Parlare solo di narrativa (fiction) è, infatti, limitativo:, gli anni '60 hanno visto il rilancio del fumetto fantascientifico, guidato dalla Marvel Comics e dai suoi supereroi più "umani", la comparsa della serie televisiva a colori di Star Trek, l'apparizione di un film come 2001: Space Odyssey di Stanley Kubrick, l'approfondimento di un discorso critico che avrebbe preparato la nascita di riviste accademiche capaci non solo di influenzare il gusto dei lettori, ma anche le riflessioni estetiche degli stessi scrittori, alcuni dei quali, dalla Le Guin a Delany, sarebbero diventati essi stessi critici e teorici del loro genere, come non lo era stata la vecchia generazione dei Blish e dei Knight.

Se si pensa bene, gli anni '70 e l'inizio del nostro decennio avrebbero in questo campo, come del resto in altri (la musica, ad esempio), ripreso e sviluppato - qualche volta riscoperto - le proposte degli anni '60: basterà ricordare lo strepitoso successo "postumo" di Srar Trek, la fama crescente di 2001: Space Odyssey, l'appropriazione, da parte della critica "ufficiale", di scrittori come Dick.

Ma anche questo non è casuale. In attesa del progetto di una storia futura onnicomprensiva che avrebbe spinto Lucas a concepire il ciclo delle Star Wars, la narrativa SF alla fine degli anni '60 si preparava a rispondere alle esigenze del mercato culturale del dopo-Vietnam e dei diritti delle donne, ma anche a interrogarsi, con sempre maggiore insistenza, sulle proprie funzioni e sulle proprie formule narrative.

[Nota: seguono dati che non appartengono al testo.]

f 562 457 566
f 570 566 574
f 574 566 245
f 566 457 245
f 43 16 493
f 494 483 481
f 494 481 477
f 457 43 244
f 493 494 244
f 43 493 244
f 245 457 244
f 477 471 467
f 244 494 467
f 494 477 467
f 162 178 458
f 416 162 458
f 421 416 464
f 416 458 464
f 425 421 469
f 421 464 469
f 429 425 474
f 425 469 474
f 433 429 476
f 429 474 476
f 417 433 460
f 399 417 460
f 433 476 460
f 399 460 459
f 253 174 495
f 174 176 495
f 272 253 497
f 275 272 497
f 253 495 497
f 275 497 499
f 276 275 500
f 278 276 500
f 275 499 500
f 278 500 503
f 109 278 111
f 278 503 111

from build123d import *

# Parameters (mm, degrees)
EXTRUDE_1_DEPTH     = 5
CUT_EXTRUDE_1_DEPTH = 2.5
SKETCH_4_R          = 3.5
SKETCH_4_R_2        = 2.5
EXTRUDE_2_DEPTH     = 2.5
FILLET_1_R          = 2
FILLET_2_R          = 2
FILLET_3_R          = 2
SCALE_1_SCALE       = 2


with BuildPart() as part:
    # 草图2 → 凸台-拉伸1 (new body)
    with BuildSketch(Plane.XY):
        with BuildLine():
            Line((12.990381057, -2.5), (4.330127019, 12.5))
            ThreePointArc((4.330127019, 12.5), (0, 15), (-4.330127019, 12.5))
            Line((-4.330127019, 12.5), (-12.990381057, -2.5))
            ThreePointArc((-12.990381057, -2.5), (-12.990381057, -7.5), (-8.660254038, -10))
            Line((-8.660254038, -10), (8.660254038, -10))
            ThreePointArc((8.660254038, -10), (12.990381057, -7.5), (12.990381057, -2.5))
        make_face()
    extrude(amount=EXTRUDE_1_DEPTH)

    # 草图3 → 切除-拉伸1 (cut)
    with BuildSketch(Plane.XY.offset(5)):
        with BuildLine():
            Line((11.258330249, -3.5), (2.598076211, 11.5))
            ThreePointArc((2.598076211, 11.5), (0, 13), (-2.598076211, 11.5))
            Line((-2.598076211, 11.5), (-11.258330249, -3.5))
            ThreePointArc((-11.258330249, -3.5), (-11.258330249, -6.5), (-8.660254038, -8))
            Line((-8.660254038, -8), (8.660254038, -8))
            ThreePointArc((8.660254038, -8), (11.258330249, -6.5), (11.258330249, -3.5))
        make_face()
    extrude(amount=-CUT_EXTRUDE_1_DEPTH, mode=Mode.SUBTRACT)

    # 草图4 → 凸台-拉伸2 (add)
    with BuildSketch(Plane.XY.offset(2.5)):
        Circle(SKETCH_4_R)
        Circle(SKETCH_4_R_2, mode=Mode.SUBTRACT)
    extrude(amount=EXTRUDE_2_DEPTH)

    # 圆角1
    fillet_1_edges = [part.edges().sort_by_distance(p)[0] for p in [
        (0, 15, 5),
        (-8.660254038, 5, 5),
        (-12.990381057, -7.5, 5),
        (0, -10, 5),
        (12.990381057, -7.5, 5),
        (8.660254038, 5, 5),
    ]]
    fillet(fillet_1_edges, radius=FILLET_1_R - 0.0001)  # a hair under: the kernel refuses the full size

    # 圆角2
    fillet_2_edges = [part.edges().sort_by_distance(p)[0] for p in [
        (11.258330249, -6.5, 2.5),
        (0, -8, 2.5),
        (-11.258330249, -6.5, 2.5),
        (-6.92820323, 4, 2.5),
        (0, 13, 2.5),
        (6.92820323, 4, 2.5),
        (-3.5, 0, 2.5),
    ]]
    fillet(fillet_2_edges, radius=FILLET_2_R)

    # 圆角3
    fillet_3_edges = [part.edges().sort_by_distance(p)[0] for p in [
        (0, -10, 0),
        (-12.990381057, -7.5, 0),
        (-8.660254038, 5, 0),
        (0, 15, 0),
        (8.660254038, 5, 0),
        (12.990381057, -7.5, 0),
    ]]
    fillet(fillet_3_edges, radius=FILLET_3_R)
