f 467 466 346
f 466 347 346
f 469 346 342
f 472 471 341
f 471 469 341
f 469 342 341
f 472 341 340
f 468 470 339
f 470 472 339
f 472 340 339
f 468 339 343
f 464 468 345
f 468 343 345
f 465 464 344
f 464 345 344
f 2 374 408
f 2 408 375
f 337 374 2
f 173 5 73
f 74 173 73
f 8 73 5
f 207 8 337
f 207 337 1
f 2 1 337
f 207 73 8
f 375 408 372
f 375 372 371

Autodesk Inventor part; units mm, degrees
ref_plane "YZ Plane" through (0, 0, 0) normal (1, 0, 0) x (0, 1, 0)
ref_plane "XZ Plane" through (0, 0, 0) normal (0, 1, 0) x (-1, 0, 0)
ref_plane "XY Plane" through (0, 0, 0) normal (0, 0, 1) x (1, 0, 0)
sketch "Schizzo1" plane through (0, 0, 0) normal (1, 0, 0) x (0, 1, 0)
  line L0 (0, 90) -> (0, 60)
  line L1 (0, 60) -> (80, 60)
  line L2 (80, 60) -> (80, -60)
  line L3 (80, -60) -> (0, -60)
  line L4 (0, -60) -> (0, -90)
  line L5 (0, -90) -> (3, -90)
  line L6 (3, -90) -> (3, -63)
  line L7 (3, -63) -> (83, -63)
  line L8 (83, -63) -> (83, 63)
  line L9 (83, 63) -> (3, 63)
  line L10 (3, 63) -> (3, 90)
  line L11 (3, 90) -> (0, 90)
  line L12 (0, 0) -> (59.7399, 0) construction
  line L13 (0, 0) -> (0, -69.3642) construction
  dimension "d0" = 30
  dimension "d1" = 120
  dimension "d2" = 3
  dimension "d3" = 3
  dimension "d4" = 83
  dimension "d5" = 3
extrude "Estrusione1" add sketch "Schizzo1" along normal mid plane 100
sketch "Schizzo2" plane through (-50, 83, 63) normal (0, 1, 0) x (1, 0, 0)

Abbiamo isolato, in questo contesto, due percorsi particolarmente significativi, anche perché destinati a costituire un punto di riferimento per tutta la SF successiva, fino ai nuovi cambiamenti che l'immaginario tecnologico si appresta a subire nel nostro decennio, apertosi emblematicamente (per quanto riguarda la SF) con la morte di Philip K. Dick.

Il secondo numero della Città e le Stelle non poteva non essere anche un omaggio a questo scrittore, ancora in parte (ad esempio, per le sue riflessioni teoriche) da scoprire, ma comunque decisivo durante tutto l'arco degli anni '60, fino alla crisi e al silenzio mistico che testi come Ubik segnalavano con coraggio, lucidità estrema e senza alcun auto-compiacimento. Dopo il faticoso periodo degli anni '70, sarebbe venuto, per Dick, lo splendido tentativo di fondere autobiografismo, misticismo, discorso di SF e sulla SF nelle sue ultime opere prima della morte avvenuta nel 1982.

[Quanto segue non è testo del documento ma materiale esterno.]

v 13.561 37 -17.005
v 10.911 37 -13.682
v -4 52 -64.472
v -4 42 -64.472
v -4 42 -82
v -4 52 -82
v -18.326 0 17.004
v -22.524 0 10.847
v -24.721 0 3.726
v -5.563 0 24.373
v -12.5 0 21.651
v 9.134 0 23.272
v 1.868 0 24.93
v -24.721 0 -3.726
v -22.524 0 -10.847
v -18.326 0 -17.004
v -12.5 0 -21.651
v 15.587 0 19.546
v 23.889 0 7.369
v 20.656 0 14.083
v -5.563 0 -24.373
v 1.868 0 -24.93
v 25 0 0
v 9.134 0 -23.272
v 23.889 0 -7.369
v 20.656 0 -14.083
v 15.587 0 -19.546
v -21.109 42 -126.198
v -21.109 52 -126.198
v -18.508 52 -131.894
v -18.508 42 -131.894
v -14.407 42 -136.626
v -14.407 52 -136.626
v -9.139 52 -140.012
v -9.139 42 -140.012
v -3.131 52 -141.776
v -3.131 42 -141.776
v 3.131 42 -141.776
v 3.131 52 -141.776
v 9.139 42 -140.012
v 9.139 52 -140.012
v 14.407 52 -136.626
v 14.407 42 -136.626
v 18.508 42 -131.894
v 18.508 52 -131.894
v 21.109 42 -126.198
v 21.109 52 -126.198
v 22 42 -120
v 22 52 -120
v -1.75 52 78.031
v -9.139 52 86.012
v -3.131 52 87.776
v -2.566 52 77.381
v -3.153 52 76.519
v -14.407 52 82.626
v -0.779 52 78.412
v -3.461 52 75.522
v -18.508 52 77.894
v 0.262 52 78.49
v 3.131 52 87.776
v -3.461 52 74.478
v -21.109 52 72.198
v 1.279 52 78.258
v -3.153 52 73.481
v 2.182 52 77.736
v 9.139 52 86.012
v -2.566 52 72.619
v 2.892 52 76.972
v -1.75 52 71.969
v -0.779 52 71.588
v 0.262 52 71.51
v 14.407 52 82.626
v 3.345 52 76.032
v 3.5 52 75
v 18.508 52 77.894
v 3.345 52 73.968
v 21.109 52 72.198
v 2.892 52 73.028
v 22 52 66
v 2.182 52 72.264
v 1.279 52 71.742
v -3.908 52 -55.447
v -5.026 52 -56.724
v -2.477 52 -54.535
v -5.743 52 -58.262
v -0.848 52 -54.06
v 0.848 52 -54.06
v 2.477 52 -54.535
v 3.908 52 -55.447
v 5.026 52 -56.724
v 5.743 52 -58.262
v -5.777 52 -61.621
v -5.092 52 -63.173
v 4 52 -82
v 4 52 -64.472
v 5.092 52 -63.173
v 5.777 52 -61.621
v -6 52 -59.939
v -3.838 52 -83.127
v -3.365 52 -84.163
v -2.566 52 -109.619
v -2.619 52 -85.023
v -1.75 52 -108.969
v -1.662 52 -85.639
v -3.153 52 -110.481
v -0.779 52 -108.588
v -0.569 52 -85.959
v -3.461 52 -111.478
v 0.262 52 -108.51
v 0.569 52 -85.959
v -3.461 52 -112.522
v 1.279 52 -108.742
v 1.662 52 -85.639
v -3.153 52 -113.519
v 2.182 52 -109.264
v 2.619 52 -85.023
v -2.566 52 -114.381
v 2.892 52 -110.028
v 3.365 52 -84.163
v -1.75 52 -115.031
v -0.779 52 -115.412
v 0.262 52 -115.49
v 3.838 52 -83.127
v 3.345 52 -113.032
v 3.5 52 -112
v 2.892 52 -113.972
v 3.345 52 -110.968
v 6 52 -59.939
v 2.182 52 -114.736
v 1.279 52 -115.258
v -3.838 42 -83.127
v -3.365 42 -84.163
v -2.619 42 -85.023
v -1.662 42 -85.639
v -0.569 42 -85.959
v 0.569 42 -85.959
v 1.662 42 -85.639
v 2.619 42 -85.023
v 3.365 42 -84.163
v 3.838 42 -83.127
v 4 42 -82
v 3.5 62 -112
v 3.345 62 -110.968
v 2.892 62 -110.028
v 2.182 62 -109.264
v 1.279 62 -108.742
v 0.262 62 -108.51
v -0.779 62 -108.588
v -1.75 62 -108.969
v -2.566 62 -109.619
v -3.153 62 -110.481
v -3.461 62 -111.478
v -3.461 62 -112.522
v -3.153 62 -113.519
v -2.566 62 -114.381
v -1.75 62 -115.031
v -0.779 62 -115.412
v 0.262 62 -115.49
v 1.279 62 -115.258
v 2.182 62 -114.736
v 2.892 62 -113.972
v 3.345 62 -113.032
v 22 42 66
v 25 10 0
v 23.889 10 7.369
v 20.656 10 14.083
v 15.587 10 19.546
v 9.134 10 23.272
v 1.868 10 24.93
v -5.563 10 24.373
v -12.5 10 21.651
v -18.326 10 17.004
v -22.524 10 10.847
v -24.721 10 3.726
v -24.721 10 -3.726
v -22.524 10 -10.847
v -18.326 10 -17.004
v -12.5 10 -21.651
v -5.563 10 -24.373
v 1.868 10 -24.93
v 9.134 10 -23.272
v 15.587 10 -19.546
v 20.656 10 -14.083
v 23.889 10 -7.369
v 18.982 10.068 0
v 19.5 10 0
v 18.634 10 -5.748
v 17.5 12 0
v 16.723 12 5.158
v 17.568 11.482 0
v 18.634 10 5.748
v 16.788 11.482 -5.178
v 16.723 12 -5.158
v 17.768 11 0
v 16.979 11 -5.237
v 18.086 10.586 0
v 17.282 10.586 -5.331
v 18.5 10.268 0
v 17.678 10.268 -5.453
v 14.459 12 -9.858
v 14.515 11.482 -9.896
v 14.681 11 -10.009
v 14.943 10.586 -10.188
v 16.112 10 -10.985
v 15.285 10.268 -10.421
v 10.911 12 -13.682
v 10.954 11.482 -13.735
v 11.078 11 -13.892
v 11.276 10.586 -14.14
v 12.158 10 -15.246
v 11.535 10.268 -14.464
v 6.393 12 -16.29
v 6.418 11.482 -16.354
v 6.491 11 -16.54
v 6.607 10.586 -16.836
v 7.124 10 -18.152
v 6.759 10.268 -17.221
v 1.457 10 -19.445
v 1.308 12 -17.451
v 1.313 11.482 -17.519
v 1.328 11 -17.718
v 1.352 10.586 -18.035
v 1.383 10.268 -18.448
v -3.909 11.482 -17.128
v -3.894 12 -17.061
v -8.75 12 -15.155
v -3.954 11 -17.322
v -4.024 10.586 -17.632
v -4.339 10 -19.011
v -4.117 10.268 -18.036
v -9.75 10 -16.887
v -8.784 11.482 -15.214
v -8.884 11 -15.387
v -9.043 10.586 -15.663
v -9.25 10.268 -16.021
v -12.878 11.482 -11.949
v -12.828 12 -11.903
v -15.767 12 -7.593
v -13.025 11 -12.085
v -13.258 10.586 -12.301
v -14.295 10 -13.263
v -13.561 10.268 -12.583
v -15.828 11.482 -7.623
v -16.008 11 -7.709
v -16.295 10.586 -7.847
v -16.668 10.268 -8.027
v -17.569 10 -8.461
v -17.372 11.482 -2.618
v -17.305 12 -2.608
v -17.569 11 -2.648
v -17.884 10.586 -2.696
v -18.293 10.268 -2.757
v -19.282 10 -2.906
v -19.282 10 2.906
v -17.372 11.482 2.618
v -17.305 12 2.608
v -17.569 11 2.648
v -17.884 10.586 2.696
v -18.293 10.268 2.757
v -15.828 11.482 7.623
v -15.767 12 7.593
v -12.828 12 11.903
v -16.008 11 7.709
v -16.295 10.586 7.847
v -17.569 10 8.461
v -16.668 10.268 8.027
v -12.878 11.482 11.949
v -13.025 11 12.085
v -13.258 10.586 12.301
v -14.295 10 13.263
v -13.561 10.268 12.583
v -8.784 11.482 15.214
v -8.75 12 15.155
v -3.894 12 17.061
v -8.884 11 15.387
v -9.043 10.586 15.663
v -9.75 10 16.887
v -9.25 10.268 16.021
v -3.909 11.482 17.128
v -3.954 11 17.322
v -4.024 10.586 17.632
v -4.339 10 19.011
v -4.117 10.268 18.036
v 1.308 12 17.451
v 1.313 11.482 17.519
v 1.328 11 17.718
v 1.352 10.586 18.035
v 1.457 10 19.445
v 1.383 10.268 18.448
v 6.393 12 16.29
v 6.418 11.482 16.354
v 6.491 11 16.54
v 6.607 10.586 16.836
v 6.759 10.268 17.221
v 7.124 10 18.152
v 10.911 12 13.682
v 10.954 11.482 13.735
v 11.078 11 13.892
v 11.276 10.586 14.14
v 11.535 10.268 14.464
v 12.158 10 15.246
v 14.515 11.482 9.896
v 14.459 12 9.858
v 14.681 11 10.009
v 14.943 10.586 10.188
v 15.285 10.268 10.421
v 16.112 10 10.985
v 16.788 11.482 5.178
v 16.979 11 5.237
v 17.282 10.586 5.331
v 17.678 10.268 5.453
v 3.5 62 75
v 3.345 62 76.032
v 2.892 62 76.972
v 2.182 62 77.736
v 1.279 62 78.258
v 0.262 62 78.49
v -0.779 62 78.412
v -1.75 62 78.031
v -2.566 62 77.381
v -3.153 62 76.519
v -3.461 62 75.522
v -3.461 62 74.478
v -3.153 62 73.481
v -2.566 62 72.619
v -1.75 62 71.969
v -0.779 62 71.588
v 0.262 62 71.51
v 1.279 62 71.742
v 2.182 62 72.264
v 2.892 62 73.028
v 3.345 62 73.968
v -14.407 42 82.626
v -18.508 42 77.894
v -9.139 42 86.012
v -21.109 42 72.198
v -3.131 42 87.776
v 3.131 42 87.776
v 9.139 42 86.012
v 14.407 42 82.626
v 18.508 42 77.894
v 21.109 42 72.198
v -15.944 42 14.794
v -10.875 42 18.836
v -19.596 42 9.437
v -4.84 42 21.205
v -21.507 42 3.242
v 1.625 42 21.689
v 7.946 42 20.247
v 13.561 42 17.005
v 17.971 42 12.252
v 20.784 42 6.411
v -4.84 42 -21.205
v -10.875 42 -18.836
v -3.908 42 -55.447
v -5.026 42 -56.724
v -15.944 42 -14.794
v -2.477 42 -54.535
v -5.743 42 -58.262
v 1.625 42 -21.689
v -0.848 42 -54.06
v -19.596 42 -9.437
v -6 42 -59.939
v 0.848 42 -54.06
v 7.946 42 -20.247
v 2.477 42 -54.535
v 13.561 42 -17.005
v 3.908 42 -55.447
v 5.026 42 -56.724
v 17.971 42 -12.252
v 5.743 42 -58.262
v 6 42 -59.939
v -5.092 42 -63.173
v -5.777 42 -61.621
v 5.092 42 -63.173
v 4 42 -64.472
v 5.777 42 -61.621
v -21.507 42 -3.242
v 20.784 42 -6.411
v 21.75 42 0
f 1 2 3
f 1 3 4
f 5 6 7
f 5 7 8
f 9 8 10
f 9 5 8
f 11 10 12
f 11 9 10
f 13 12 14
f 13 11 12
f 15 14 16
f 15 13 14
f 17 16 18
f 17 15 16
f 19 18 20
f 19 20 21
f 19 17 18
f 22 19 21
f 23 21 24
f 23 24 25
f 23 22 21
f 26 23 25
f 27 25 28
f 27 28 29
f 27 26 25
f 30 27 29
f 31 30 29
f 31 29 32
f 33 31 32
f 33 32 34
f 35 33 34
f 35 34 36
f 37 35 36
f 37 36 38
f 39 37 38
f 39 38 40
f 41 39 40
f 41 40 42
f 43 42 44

L'altro aspetto che questo numero privilegia è quello della SF delle donne, sia pure nella eterogeneità degli approcci e nella parzialità dei risultati, allorché (ma non sempre è un male, narrativamente parlando) la coscienza femminista non coincide del tutto con la consapevolezza narrativa. E tuttavia è indubbio che non solo la Le Guin, la Russ, e ora la Charnas, ma anche scrittrici cosi diverse tra loro e assai più tradizionali, come la Tiptree e la McIntyre sentono l'esigenza di una sperimentazione rispetto ai modelli tradizionali di SF che collochi al centro il tentativo di creare un universo "femminile", in termini di linguaggio e di preoccupazioni ora psicologiche ora sociologiche.

Del resto, lo stesso Dick segnalava la necessità di un più attento studio sul personaggio femminile nella SF, al di fuori dei consunti cliché della tradizione romantica (donna-angelo, donna-demone), ripresi dalla letteratura di consumo.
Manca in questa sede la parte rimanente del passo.